- Born: May 18, 1911 Cebu City, Philippine Islands
- Died: March 25, 1996 (aged 84) Laguna, Philippines
- Education: University of the Philippines Yale University
- Spouse: Lina N. Florendo Rabor
- Scientific career
- Fields: Ornithology, Zoology
- Doctoral advisor: Sidney Dillon Ripley
- Notable students: Angel C. Alcala
- Author abbrev. (zoology): Rabor

= Dioscoro S. Rabor =

Filipino ornithologist, zoologist and conservationist

Dioscoro Siarot Rabor (–), also known as Joe Rabor, was a Filipino ornithologist, zoologist, and conservationist. Known as the "Father of Philippine Wildlife Conservation", he led more than 50 wildlife expeditions in the Philippines, authored 87 scientific papers and articles, and described 69 new bird taxa and numerous mammal species.

In 1965, he brought public attention to the endangered status of the Philippine Eagle.

== Biography ==

=== Early life and education ===
Born in Cebu City, Philippines, Rabor studied at the University of the Philippines for his bachelors and masters degrees. He pursued Ph.D. studies at Yale University, where he was advised by ornithologist Sidney Dillon Ripley. In 1974, Silliman University granted him an honorary Sc.D.

=== Career ===
Rabor led many expeditions throughout the Philippine Islands to collect animal specimens, making a significant contribution to knowledge about Philippine wildlife and ecology. He often traveled with his wife, Lina N. Florendo Rabor, and their six children. Over several decades, he visited 25 islands in the Philippines and collected over 60,000 bird specimens. His field collection efforts allowed for the description of many new taxa, including 8 species and 61 subspecies of birds.
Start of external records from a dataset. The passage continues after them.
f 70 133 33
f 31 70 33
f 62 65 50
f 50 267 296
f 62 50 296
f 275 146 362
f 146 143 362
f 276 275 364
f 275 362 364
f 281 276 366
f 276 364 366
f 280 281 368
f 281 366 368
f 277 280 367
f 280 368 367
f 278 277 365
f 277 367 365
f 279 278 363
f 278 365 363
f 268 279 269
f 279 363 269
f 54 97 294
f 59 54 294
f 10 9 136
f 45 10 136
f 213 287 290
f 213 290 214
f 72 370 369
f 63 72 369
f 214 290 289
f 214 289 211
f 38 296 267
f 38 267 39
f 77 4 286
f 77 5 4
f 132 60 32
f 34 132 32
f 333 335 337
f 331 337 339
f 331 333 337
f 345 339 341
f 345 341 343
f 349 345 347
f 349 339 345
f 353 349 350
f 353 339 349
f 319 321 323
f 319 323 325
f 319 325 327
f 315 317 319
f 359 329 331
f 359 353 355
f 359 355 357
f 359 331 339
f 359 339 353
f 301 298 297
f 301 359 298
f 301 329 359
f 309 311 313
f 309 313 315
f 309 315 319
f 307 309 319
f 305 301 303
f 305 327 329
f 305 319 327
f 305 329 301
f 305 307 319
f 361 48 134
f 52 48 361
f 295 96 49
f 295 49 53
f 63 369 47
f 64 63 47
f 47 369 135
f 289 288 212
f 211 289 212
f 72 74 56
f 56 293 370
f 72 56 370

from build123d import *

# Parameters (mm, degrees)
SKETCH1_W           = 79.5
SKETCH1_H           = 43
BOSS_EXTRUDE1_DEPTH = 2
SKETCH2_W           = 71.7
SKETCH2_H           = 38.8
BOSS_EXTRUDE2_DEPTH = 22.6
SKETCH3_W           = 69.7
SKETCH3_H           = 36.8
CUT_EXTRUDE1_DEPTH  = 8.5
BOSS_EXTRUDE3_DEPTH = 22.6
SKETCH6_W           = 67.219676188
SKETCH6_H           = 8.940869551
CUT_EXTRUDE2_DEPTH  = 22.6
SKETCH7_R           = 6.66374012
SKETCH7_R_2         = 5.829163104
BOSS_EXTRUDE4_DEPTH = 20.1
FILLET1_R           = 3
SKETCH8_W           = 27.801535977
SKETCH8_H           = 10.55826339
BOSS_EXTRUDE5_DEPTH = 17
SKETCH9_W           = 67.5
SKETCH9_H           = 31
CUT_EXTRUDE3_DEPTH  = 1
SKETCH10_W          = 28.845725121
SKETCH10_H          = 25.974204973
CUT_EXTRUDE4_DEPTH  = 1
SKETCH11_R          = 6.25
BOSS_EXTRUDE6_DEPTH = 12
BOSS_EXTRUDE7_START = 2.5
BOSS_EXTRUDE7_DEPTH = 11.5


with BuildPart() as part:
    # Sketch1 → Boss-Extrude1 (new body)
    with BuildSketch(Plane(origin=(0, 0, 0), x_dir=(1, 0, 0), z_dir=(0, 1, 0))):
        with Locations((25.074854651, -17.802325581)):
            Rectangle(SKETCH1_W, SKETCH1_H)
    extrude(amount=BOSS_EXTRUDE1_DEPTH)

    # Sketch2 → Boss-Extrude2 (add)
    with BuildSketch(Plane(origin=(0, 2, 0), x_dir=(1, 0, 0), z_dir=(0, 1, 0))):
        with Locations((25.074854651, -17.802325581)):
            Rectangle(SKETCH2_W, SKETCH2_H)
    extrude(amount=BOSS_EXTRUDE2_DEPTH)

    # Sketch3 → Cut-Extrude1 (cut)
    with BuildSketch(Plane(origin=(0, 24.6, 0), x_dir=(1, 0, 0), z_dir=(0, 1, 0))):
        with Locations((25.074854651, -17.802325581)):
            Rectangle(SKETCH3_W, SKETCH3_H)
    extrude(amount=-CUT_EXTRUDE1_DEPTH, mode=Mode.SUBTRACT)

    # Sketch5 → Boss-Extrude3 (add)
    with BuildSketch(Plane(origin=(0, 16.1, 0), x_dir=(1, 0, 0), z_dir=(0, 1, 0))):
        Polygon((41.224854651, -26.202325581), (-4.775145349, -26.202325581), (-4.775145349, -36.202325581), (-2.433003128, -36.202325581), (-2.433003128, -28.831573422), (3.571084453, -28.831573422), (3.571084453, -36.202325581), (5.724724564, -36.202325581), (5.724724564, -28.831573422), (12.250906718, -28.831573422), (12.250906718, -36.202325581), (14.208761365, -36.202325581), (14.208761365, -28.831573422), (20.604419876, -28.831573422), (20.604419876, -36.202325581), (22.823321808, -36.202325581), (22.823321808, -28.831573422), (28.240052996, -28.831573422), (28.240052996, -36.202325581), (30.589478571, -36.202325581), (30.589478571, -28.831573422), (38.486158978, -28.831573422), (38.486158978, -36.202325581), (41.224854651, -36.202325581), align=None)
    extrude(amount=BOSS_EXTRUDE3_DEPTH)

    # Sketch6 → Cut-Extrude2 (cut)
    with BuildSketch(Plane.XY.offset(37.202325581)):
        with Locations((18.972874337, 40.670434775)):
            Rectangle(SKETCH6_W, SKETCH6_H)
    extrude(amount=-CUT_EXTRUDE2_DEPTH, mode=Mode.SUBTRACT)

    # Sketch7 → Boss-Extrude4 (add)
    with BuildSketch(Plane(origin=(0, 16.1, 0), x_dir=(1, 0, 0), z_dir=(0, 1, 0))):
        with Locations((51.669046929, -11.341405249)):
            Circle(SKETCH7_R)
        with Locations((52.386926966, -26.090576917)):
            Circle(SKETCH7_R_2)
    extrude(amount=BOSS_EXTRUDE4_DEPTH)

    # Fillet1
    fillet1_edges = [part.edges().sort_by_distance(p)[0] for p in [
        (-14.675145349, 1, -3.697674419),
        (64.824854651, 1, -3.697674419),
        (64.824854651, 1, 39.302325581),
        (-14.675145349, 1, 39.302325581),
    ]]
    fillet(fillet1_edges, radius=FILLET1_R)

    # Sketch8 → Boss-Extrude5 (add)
He held teaching and research positions at several institutions, including Silliman University; Mindanao State University; and the College of Forestry, University of the Philippines Los Baños.

Beginning in 1965, Rabor called attention to the decline of the Philippine Eagle, an endangered species found only in the forests of the Philippine Islands that faces widespread habitat loss. His efforts to educate people around the world about the challenges facing the Philippine Eagle helped spur the involvement of Peace Corps volunteers in Philippine Eagle conservation projects. One of the volunteers, ornithologist Robert Kennedy, returned to the Philippines to continue working on eagle conservation and awareness efforts, including successfully lobbying to change the name of the species from the "Monkey-eating Eagle." Kennedy and colleagues named Lina's Sunbird (Aethopyga linaraborae) after Lina Rabor.

==Awards and recognition==
- Fulbright Research Fellowship, Field Museum of Natural History
- Guggenheim Fellowship, Organismic Biology & Ecology (1950)
- Research Associate, Field Museum of Natural History
- Research Associate, Yale Peabody Museum
- Research Associate, Smithsonian National Museum of Natural History
- Research Associate, Denver Museum of Nature and Science
- Research Associate, Bernice P. Bishop Museum
- Corresponding Fellow, American Ornithologists' Union
- Guggenheim Fellowship, Organismic Biology & Ecology (1956)
- Research Fellowship in Zoology, Yale University (1957-1958)
- Research Fellowship in Zoology, Chicago Natural History Museum (1957-1958)
- United Board for Christian Higher Education in Asia (1957-1958)
- Research Grantee, Frank M. Chapman Memorial Fund (1962,1963-1964)
- Travel Grantee, International Council for Bird Preservation (1962)
- Research Grantee, Yale University (1962)
- Travel Grantee, 1st World Conference on National Parks in Seattle, Washington (1962)
- Travel Grantee, 13th International Ornithological Congress in Cornell University, New York (1962)
- Honorary Research Associate Smithsonian Institution, Washington, DC. (1963)
- Honorary Curator in Ornithology in the National Museum of the Philippines (1964)
- Member of the Planning Committee of the following International Ornithological Congresses:
- XIV, Oxford (1966)
- XV, The Hague (1970)
- XVI, Canberra (1974)

==Eponyms==
Rabor is commemorated in the scientific name of a species of Philippine lizard, Lipinia rabori.